Die "New York Times" hatte in ihrer Online-Ausgabe berichtet, dass der Westen dem Iran bereits zu Beginn der neuen Verhandlungen eine Reihe von harten Forderungen stellen wolle. Das Blatt berief sich auf europäische und amerikanische Diplomaten. Demnach soll die Führung in Teheran sofort die unterirdische und lange geheim gehaltene Atomanlage in Fordo schließen und die Anreicherung von Uran auf 20 Prozent stoppen. Die dargestellte Position entspricht der Haltung Israels. Entsprechende Forderungen stellte am Sonntag auch Israels Verteidigungsminister Ehud Barak. Erst Ende März hatte US-Präsident Barack Obama im Atomstreit mit dem Iran die Sanktionen gegen Teheran weiter verschärft. Ziel ist es, die Importe von iranischem Öl weltweit so stark wie möglich zu kappen.

Die dritte Runde der Atomgespräche zwischen dem Iran und den fünf UN-Vetomächten USA, Russland, China, Frankreich und Großbritannien sowie Deutschland ist für Freitag und Samstag geplant. Der Iran stimmte nach Angaben des staatlichen Fernsehsenders PressTV zu, dass in Istanbul verhandelt wird. Zuvor war spekuliert worden, dass der Iran wegen der abweichenden Positionen im Syrien-Konflikt nicht in der Türkei verhandeln wolle.
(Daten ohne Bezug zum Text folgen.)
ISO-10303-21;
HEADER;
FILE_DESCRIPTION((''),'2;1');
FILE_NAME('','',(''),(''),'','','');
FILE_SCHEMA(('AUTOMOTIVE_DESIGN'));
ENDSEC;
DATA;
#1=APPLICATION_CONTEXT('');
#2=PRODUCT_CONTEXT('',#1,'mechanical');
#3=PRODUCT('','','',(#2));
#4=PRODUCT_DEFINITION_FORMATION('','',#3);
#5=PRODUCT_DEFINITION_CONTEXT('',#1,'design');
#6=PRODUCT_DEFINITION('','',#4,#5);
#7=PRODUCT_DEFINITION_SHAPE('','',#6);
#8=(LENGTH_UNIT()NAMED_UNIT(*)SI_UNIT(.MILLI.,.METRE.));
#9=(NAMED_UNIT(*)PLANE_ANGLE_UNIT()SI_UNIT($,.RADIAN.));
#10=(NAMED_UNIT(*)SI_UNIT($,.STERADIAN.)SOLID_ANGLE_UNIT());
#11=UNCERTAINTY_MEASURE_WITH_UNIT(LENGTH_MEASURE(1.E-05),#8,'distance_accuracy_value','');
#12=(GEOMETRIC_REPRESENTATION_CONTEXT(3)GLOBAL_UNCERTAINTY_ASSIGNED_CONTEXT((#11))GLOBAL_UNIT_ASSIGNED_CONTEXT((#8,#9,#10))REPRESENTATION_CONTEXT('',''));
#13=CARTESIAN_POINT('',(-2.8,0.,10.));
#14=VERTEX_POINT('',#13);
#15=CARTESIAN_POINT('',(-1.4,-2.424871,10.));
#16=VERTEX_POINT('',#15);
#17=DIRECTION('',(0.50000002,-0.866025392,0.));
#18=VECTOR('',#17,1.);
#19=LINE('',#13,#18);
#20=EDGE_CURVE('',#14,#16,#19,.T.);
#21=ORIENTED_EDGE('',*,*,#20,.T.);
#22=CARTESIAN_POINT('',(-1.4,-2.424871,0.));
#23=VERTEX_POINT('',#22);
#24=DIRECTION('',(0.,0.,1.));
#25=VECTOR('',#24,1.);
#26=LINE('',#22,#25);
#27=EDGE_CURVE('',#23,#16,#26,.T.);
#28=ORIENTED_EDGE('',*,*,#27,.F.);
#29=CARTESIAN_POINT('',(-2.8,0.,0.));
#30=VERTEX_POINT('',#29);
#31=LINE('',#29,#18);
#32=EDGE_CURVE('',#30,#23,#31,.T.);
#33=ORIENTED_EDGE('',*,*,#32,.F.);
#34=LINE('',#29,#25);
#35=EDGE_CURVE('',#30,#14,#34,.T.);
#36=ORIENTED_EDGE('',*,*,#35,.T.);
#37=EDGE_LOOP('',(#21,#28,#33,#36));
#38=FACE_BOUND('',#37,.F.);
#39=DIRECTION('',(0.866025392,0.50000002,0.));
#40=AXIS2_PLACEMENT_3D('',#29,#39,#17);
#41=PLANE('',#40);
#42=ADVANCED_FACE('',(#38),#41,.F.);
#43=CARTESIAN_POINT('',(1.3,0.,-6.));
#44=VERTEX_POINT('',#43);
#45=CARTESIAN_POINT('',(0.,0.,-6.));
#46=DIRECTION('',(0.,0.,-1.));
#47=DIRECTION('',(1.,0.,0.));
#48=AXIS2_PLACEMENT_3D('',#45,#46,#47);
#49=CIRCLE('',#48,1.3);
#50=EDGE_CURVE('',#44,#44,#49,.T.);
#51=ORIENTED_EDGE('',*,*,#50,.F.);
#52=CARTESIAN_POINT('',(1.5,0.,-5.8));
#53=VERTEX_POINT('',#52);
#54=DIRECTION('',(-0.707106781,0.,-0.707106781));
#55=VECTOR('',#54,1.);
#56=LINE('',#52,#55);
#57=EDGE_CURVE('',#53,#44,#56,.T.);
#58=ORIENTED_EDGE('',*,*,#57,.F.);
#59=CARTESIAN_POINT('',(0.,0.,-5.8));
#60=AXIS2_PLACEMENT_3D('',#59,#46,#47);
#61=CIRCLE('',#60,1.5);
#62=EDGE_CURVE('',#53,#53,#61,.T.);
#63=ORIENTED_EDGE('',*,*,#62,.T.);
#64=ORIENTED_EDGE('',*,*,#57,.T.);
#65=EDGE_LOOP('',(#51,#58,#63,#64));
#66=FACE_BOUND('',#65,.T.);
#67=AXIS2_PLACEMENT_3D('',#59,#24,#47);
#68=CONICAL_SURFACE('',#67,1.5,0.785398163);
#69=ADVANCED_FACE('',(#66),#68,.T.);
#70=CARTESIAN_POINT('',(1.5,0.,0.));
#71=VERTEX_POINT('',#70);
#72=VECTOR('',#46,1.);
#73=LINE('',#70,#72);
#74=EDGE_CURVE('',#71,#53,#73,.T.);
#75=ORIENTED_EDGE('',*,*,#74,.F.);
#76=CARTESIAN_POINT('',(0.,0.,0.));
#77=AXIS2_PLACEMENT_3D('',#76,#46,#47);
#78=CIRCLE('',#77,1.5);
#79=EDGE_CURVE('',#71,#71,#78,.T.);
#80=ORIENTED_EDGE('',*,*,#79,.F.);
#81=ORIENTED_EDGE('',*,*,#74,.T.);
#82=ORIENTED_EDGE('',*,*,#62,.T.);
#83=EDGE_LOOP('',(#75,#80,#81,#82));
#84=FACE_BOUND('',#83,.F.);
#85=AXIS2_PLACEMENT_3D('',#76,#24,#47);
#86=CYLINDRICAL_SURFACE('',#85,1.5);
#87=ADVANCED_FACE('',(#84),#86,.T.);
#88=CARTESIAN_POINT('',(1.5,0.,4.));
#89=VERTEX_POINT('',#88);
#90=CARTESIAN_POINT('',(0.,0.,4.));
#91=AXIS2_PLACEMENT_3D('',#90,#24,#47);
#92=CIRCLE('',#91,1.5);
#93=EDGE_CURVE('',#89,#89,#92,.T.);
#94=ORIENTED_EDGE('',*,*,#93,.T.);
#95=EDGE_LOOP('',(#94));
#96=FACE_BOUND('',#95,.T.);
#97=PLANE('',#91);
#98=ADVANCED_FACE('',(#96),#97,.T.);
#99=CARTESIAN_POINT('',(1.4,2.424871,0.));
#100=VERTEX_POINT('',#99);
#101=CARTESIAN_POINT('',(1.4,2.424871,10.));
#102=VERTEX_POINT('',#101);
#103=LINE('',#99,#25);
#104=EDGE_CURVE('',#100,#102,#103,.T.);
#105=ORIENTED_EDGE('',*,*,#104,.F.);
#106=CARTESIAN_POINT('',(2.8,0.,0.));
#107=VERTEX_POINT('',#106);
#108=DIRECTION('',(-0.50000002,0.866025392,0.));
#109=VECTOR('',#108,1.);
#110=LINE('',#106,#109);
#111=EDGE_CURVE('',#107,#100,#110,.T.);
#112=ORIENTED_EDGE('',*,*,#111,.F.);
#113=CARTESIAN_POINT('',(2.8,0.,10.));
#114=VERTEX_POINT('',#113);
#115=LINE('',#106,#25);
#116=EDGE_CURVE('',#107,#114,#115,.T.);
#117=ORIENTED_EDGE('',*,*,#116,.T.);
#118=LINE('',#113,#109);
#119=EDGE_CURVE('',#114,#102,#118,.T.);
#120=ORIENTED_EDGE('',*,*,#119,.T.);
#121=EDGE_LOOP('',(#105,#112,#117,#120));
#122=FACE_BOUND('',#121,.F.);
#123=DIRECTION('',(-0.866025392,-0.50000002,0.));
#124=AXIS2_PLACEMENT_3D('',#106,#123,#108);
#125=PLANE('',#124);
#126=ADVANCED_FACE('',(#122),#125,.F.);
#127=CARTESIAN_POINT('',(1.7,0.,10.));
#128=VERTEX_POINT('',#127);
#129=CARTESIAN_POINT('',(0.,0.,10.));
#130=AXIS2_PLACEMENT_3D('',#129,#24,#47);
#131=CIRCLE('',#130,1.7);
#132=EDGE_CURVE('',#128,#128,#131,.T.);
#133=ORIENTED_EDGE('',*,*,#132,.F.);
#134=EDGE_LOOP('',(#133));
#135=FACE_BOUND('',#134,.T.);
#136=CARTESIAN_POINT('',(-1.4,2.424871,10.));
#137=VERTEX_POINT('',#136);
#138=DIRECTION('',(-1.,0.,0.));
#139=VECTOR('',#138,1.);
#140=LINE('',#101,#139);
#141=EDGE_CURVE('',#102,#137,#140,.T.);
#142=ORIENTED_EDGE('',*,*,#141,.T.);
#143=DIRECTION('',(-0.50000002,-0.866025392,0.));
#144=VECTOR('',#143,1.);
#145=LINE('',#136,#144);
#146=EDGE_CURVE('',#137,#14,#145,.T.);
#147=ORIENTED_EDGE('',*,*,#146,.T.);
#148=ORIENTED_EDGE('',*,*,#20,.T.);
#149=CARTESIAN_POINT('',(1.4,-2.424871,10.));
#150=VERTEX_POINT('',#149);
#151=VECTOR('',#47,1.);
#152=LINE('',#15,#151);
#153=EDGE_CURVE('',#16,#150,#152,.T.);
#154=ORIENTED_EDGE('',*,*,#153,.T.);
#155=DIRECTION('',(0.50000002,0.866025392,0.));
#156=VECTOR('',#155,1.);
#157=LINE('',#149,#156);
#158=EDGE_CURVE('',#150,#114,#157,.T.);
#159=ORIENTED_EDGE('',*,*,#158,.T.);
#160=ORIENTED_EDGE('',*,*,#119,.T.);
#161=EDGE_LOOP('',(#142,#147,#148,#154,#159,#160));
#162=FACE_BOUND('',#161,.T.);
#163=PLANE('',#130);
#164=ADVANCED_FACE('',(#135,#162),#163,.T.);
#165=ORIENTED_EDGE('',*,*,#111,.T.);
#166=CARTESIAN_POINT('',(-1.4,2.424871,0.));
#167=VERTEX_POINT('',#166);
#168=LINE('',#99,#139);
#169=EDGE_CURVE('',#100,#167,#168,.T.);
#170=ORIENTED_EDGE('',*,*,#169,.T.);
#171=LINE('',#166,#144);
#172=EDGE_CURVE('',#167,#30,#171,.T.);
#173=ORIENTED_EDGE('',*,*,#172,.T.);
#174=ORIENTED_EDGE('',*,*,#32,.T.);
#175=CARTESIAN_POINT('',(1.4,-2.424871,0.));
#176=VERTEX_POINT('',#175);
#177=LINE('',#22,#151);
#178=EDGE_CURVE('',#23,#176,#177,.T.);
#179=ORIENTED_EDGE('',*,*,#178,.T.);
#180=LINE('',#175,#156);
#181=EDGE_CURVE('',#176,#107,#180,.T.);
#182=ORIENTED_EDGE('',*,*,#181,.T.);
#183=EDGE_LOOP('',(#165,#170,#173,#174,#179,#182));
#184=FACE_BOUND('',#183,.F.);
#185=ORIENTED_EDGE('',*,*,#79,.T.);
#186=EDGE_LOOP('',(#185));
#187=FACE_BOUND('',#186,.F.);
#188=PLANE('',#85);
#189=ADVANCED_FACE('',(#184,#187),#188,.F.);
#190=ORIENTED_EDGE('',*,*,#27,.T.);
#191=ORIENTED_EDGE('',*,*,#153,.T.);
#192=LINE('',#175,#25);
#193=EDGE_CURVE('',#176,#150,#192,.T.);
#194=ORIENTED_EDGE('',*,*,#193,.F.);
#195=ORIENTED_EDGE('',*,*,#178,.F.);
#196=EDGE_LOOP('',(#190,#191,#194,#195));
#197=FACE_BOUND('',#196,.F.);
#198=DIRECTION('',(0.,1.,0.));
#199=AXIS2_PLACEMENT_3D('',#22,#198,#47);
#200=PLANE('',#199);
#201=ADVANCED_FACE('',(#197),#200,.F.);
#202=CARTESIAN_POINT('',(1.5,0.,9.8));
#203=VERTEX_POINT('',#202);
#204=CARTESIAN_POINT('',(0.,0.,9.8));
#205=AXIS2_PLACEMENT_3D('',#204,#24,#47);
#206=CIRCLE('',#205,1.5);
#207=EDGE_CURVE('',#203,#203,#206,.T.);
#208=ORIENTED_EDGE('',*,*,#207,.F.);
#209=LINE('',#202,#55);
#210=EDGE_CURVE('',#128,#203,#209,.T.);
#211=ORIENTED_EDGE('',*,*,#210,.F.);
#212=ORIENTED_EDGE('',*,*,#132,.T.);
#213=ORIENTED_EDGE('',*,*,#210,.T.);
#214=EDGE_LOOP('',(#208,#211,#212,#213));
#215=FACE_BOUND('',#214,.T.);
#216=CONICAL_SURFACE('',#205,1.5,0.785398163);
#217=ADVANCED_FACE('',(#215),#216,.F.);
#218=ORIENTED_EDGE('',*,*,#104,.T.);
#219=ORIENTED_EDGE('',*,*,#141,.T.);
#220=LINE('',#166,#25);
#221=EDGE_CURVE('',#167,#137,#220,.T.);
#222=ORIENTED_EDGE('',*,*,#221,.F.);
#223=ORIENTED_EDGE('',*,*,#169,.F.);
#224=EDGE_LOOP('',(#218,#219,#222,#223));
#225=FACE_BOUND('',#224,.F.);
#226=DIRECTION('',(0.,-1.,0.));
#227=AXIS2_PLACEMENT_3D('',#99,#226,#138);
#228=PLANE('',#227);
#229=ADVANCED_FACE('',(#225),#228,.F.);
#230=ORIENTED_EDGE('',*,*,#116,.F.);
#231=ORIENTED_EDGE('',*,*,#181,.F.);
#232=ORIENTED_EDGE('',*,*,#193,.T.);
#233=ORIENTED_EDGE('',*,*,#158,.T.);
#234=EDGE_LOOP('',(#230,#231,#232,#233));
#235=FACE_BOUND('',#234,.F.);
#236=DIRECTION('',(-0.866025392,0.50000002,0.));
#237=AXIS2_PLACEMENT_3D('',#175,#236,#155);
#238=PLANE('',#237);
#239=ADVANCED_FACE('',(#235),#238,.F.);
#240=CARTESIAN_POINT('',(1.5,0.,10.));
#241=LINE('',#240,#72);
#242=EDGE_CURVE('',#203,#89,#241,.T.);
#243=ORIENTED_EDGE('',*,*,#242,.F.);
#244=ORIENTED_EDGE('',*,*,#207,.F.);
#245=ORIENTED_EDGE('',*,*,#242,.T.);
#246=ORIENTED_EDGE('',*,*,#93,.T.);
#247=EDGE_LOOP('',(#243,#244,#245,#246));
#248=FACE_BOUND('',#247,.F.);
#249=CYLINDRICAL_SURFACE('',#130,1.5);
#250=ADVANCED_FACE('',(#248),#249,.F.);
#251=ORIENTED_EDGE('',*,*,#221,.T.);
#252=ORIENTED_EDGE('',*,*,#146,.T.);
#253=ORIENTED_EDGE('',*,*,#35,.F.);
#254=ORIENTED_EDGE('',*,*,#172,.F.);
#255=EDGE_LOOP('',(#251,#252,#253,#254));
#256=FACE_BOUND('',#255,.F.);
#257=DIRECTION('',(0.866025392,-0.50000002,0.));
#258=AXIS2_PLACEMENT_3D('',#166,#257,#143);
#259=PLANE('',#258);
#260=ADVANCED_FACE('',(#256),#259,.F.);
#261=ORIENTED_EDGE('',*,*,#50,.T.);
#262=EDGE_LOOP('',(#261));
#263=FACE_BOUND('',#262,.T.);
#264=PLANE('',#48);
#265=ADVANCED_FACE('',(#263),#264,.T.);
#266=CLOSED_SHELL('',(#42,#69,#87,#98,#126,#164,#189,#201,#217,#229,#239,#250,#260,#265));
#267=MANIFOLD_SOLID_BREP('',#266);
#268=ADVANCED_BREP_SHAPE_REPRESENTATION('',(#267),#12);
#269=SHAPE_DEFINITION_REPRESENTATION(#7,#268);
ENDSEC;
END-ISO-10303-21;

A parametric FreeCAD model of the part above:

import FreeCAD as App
import Part
import Sketcher
Q = App.Units.Quantity


def edges_at(feature, points):
    """Names of the edges that pass closest to the given points."""
    edges = feature.Shape.Edges
    near = lambda p: min(range(len(edges)), key=lambda i: edges[i].distToShape(Part.Vertex(*p))[0])
    return sorted({f"Edge{near(p) + 1}" for p in points})

doc = App.newDocument("Part")
params = doc.addObject("Spreadsheet::Sheet", "Params")
for row, (alias, value) in enumerate([
    ("sketch1_width", "2.8 mm"),
    ("sketch1_length", "2.8 mm"),
    ("pad1_length", "10 mm"),
    ("sketch2_diameter", "3 mm"),
    ("pad2_length", "6 mm"),
    ("sketch3_diameter", "3 mm"),
    ("pocket1_length", "6 mm"),
    ("chamfer_size", "0.2 mm"),
], start=1):
    params.set(f"A{row}", alias)
    params.set(f"B{row}", "=" + value)
    params.setAlias(f"B{row}", alias)

body = doc.addObject("PartDesign::Body", "Body")

# Sketch on XY plane
sketch1 = doc.addObject("Sketcher::SketchObject", "Sketch")
body.addObject(sketch1)
sketch1.AttachmentSupport = (doc.XY_Plane, [""])
sketch1.MapMode = "FlatFace"
sketch1.addGeometry(Part.LineSegment(App.Vector(2.8, 0, 0), App.Vector(1.4, 2.4, 0)), False)
sketch1.addGeometry(Part.LineSegment(App.Vector(1.4, 2.4, 0), App.Vector(-1.4, 2.4, 0)), False)
sketch1.addGeometry(Part.LineSegment(App.Vector(-1.4, 2.4, 0), App.Vector(-2.8, 0, 0)), False)
sketch1.addGeometry(Part.LineSegment(App.Vector(-2.8, 0, 0), App.Vector(-1.4, -2.4, 0)), False)
sketch1.addGeometry(Part.LineSegment(App.Vector(-1.4, -2.4, 0), App.Vector(1.4, -2.4, 0)), False)
sketch1.addGeometry(Part.LineSegment(App.Vector(1.4, -2.4, 0), App.Vector(2.8, 0, 0)), False)
sketch1.addConstraint(Sketcher.Constraint("Coincident", 0, 2, 1, 1))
Grass ist "unerwünschte Person"

Die Empörung in Israel über das Gedicht von Günter Grass hat jetzt handfeste Folgen: Der Innenminister verbot Grass, in den jüdischen Staat zu reisen. Das Einreiseverbot ist in Deutschland auf Kritik gestoßen. "Die Reaktion der israelischen Regierung ist unangemessen und wird dem Thema nicht gerecht", sagte der außenpolitische Sprecher der SPD-Bundestagsfraktion, Rolf Mützenich, dem "Handelsblatt" Online. Nötig sei eine sachliche Auseinandersetzung mit den Thesen von Grass. Wegen seines israelkritischen Gedichts hatte Innenminister Eli Jischai von der strengreligiösen Schas-Partei Grass am Sonntag zur Persona non grata erklärt. In Deutschland wurde Grass wegen des Gedichts unter anderem von Außenminister Guido Westerwelle (FDP) scharf kritisiert.

Grass hatte in seinem am Mittwoch veröffentlichten Gedicht "Was gesagt werden muss" angeprangert, dass der Iran von einem atomaren Präventivschlag durch Israel bedroht sei, der das iranische Volk auslöschen könne. Er warf Israel vor, als Atommacht den Weltfrieden zu gefährden. Das Gedicht hatte ihm im In- und Ausland den Vorwurf des Antisemitismus eingebracht. Grass hatte sich verteidigt und seinen Kritikern Hass und eine Kampagne gegen ihn vorgeworfen.

Der israelische Historiker Tom Segev nannte das Einreiseverbot gegen Grass im Interview mit "Spiegel Online" einen "absolut zynischen und albernen Schritt des Innenministeriums". Die Motivation des Ministers zu diesem Schritt sei der Versuch, "seine politische Zukunft zu sichern". Der Parlamentarische Geschäftsführer der Grünen im Bundestag, Volker Beck, hält das israelische Einreiseverbot für Grass für überzogen und falsch. Dem "Handelsblatt Online" sagte der Politiker: "Das ist unsouverän und demokratisch nicht klug. Ich hoffe, dass man das noch einmal überdenkt". Gleichzeitig äußerte Beck Verständnis für die Verärgerung in Israel.